This year, Ramadan falls in March. How does caring differ during Ramadan? Many unpaid carers have a strong faith. For those who are Muslim, Ramadan is an especially important time, celebrating with the person we care for, friends, family, and the wider community.

Tony Collins-Moore, Carers Academy Manager at Carers Centre Tower Hamlets, has been talking with carers from the local Muslim community, to share their thoughts and experiences.

Along with some insights from carers in the Mobilise Hub.

Illustration of two friends hanging out.

What is Ramadan?

“Ramadan lasts for one month. Over this month, 1.8 billion Muslims across the world fast by not eating or drinking from dawn break to sunset. It reminds us of the pain and suffering of many millions of people on our planet, who are living in conditions with no access to food, water and shelter."
"It's a time for us to be grateful for every little thing we have. A time to be more spiritual, to be kind, to help in local communities, to give to charity and spend time with our friends and families.” Farhina Islam, Unpaid carer in the Mobilise community.
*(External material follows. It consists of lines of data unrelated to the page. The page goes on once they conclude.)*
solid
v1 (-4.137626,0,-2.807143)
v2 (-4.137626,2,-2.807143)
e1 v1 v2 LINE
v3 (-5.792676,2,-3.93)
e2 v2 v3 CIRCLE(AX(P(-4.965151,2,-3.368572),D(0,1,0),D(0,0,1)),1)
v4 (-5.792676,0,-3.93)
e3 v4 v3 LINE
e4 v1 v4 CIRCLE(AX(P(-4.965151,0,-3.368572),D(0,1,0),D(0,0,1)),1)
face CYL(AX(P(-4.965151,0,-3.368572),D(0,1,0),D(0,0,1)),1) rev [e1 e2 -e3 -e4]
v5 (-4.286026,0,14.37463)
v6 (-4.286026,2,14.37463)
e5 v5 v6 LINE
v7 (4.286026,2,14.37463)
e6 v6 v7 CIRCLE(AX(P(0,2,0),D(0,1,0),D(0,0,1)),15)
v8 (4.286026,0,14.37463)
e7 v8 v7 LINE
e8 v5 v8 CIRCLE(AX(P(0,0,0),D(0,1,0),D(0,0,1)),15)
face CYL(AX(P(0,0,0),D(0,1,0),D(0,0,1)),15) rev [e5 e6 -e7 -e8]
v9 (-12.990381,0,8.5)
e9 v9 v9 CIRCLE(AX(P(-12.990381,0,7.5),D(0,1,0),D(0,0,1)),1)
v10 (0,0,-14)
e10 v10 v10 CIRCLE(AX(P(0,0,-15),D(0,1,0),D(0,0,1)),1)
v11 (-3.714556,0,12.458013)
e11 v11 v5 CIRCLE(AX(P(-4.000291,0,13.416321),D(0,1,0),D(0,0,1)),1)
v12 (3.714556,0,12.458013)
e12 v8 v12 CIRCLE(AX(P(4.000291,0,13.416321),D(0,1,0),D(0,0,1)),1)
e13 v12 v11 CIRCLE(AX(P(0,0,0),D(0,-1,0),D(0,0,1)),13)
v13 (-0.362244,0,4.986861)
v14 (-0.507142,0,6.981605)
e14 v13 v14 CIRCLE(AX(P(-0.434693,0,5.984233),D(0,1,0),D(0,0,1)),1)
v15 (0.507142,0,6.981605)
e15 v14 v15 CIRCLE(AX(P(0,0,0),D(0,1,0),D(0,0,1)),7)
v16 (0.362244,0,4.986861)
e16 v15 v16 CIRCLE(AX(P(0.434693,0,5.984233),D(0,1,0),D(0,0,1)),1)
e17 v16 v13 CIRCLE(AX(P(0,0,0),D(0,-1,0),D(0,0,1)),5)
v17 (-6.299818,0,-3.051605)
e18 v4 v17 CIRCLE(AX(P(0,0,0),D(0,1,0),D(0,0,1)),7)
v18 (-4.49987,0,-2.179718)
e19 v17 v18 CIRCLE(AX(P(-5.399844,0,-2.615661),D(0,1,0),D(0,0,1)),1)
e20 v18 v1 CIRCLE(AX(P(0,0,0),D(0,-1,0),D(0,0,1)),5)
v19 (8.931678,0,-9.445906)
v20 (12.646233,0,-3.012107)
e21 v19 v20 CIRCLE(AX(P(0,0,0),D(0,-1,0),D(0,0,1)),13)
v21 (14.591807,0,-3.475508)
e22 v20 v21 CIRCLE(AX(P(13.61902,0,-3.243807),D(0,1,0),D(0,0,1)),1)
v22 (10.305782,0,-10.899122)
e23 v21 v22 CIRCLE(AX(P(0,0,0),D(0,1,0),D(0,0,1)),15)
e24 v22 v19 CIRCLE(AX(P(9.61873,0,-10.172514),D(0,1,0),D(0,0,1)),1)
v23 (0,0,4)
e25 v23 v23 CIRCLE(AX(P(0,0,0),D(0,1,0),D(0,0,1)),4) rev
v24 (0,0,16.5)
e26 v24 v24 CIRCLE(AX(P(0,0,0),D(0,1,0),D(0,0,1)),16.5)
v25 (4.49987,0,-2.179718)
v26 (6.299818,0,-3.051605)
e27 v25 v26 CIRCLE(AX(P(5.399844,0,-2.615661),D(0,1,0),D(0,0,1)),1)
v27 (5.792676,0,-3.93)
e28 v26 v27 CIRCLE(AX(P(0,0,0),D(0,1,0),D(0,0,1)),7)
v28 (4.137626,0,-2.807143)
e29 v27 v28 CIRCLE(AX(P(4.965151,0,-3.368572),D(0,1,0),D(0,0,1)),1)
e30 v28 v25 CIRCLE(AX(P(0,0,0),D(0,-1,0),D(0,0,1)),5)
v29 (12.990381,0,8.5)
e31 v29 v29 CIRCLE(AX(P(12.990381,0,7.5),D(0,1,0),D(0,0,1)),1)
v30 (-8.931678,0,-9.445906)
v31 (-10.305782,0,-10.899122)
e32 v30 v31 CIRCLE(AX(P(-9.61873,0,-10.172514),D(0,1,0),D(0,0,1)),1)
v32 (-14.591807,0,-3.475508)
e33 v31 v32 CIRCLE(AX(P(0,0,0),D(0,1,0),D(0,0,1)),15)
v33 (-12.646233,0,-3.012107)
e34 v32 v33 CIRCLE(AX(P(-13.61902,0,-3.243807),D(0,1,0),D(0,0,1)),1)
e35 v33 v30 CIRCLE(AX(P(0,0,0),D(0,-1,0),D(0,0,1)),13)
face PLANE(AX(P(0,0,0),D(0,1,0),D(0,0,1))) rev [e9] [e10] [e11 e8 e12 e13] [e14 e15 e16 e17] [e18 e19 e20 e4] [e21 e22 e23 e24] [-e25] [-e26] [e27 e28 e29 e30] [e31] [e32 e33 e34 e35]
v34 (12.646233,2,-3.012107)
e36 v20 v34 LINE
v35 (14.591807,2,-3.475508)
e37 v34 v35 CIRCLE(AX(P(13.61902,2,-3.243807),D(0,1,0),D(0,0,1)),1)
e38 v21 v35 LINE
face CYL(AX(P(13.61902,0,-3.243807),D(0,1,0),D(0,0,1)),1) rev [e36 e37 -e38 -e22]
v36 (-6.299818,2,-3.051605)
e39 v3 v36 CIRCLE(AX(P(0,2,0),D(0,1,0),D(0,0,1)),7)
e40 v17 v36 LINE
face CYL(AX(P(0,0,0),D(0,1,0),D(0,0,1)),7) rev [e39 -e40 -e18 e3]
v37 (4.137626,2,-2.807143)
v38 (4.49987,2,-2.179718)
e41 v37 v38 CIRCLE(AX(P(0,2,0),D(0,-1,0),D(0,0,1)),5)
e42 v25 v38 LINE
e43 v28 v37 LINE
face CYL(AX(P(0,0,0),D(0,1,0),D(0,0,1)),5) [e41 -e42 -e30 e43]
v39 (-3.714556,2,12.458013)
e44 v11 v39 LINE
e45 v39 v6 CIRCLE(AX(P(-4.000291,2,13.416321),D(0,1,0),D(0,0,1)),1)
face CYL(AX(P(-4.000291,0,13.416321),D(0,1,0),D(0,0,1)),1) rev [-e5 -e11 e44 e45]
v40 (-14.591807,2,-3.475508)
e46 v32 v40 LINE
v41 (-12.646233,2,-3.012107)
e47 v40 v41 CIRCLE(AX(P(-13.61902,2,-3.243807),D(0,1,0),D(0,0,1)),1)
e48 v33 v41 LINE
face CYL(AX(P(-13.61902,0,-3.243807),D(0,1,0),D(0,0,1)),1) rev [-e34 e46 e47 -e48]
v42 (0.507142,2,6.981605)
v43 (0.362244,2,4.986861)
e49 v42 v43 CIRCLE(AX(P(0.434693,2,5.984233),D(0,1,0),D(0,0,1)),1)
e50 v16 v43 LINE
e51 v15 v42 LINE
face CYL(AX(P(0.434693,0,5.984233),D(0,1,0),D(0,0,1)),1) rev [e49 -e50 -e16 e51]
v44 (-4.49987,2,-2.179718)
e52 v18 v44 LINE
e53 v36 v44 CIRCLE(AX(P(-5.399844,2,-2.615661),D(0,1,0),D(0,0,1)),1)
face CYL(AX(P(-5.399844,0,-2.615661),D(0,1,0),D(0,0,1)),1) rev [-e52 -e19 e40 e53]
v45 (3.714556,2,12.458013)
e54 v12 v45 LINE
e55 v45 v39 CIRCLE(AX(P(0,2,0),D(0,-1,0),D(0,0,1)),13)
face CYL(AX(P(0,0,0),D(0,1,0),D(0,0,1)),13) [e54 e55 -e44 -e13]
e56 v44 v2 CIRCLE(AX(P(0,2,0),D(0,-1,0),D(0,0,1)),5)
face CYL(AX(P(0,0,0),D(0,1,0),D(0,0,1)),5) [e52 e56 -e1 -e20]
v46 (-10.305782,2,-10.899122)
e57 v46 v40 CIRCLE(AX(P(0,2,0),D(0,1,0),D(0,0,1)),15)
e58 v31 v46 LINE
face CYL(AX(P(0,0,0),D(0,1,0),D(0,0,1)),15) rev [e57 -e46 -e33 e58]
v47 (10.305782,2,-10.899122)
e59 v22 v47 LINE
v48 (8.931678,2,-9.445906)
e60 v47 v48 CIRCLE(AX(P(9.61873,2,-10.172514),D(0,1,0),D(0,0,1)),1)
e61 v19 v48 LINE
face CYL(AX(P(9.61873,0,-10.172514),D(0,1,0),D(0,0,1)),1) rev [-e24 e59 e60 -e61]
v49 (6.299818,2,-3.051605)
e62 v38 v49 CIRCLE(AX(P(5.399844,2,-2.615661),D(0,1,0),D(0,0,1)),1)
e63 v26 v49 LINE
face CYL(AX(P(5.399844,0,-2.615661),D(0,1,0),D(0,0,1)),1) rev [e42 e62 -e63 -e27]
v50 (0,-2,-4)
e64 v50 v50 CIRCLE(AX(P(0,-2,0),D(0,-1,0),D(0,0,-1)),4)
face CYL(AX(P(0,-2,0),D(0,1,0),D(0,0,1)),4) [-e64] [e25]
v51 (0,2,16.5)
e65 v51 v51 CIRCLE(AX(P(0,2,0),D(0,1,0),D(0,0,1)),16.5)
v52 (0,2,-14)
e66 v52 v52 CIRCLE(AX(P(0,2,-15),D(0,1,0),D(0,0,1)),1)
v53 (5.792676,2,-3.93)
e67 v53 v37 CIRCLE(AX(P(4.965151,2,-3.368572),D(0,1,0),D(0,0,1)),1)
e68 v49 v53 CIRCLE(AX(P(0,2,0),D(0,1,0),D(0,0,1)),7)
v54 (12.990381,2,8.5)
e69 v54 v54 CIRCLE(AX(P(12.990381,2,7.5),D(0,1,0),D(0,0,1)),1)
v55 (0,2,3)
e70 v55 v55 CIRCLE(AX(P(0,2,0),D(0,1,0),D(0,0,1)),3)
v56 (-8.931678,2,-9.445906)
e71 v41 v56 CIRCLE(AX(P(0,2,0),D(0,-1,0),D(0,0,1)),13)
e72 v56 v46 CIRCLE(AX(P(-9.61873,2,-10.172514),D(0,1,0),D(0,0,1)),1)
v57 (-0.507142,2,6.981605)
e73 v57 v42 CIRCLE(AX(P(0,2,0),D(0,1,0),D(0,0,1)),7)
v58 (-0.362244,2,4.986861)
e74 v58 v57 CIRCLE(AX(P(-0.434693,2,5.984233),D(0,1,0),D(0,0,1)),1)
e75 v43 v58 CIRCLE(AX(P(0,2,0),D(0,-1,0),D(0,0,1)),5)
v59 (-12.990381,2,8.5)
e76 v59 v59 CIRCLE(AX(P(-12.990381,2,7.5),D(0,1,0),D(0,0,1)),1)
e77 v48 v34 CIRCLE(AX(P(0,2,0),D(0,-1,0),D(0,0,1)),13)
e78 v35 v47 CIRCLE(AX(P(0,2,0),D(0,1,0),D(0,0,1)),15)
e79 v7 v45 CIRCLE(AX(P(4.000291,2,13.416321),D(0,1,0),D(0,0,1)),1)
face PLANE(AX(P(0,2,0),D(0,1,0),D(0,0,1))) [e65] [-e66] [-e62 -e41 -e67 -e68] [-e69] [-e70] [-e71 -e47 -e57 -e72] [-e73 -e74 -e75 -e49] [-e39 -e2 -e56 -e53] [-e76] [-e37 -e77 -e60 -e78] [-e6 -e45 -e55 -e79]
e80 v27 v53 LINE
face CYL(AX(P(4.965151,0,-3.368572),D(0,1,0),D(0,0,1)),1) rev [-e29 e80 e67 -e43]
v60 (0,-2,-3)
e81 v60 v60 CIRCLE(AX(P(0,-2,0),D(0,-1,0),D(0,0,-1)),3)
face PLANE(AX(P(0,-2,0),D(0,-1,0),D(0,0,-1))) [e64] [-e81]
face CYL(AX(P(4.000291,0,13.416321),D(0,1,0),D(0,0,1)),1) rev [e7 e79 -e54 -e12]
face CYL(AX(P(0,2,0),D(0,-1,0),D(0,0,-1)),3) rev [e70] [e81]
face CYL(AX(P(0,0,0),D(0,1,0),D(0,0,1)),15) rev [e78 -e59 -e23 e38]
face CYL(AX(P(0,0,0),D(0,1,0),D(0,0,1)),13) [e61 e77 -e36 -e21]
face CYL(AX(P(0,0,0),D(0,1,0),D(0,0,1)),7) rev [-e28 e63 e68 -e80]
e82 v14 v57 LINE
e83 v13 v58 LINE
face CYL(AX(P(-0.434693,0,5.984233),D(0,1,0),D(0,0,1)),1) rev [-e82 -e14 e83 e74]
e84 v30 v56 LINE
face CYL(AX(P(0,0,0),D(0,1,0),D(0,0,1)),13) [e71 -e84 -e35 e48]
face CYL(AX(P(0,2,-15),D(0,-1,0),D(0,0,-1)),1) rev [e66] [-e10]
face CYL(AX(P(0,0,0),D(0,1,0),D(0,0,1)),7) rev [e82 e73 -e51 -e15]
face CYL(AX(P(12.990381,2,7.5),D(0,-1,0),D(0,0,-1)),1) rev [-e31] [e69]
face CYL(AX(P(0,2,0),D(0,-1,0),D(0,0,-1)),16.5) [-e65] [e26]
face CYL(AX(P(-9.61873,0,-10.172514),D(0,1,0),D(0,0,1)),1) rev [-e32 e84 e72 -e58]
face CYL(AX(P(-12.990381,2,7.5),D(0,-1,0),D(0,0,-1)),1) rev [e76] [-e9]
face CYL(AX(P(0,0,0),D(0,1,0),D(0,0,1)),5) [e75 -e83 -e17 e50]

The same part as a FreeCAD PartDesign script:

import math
import FreeCAD as App
import Part
import Sketcher

doc = App.newDocument("Part")
body = doc.addObject("PartDesign::Body", "Body")

sketch1 = doc.addObject("Sketcher::SketchObject", "Sketch")
body.addObject(sketch1)
sketch1.AttachmentSupport = (doc.XZ_Plane, [""])
sketch1.MapMode = "FlatFace"
sketch1.addGeometry([
    Part.Circle(App.Vector(0, 0, 0), App.Vector(0, 0, 1), 16.5),
    Part.Circle(App.Vector(0, -15, 0), App.Vector(0, 0, 1), 1),
    Part.Circle(App.Vector(-13, 7.5, 0), App.Vector(0, 0, 1), 1),
    Part.Circle(App.Vector(0, 0, 0), App.Vector(0, 0, 1), 3),
    Part.Circle(App.Vector(13, 7.5, 0), App.Vector(0, 0, 1), 1),
], False)
sketch1.addConstraint([
    Sketcher.Constraint("Coincident", 0, 3, -1, 1),
    Sketcher.Constraint("Coincident", 3, 3, -1, 1),
    Sketcher.Constraint("Equal", 1, 2),
    Sketcher.Constraint("Equal", 2, 4),
    Sketcher.Constraint("Symmetric", 2, 3, 4, 3, -2),
    Sketcher.Constraint("PointOnObject", 1, 3, -2),
    Sketcher.Constraint("Diameter", 0, 33.0),
    Sketcher.Constraint("Diameter", 1, 2.0),
    Sketcher.Constraint("Diameter", 3, 6.0),
    Sketcher.Constraint("DistanceY", 1, 3, -1, 1, 15.0),
    Sketcher.Constraint("DistanceY", -1, 1, 2, 3, 7.5),
    Sketcher.Constraint("DistanceX", 2, 3, -1, 1, 12.990381),
])
pad1 = doc.addObject("PartDesign::Pad", "Pad")
body.addObject(pad1)
pad1.Profile = sketch1
pad1.Length = 2
pad1.Reversed = True

sketch2 = doc.addObject("Sketcher::SketchObject", "Sketch001")
body.addObject(sketch2)
sketch2.AttachmentSupport = (doc.XZ_Plane, [""])
sketch2.MapMode = "FlatFace"
sketch2.AttachmentOffset = App.Placement(App.Vector(0, 0, 2), App.Rotation())
sketch2.addGeometry([
    Part.Circle(App.Vector(0, 0, 0), App.Vector(0, 0, 1), 4),
    Part.Circle(App.Vector(0, 0, 0), App.Vector(0, 0, 1), 3),
], False)
sketch2.addConstraint([
    Sketcher.Constraint("Coincident", 0, 3, -1, 1),
    Sketcher.Constraint("Coincident", 1, 3, -1, 1),
    Sketcher.Constraint("Diameter", 0, 8.0),
    Sketcher.Constraint("Diameter", 1, 6.0),
])
pad2 = doc.addObject("PartDesign::Pad", "Pad001")
body.addObject(pad2)
pad2.Profile = sketch2
pad2.Length = 2
pad2.Reversed = True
How does Ramadan fit around a caring role?

Carers from the Muslim community in Tower Hamlets shared that Ramadan and caring works well for them.

“As a carer we must be organised and plan our days, so including fasting for Ramadan is a welcome addition. I make sure we get up to eat before dawn, which is called Suhoor. I then get food ready before sunset to break our fast.”
“Eating can become healthier as people enjoy watermelon and dates to break their fast.”
“Don’t forget to avoid too much fried food and make sure you have a peaceful and caring Ramadan.” - Unpaid carer in Tower Hamlets

How does Ramadan affect caring?

The month and season in which Ramadan falls on can affect the fast and therefore caring.

“It depends on when Ramadan takes place. When it falls in the winter, the days are shorter, so you fast for less time. In the summer, the days and fasting are longer, so it’s important to be careful. It can be a long day, especially caring for another, so energy levels can fluctuate.”

Sometimes, it can be a struggle when the person we care for doesn't accept that they are exempt from fasting - particularly if they're sick and rely on medication.

"It's a good idea for us as carers to be able to communicate to them that they are exempt."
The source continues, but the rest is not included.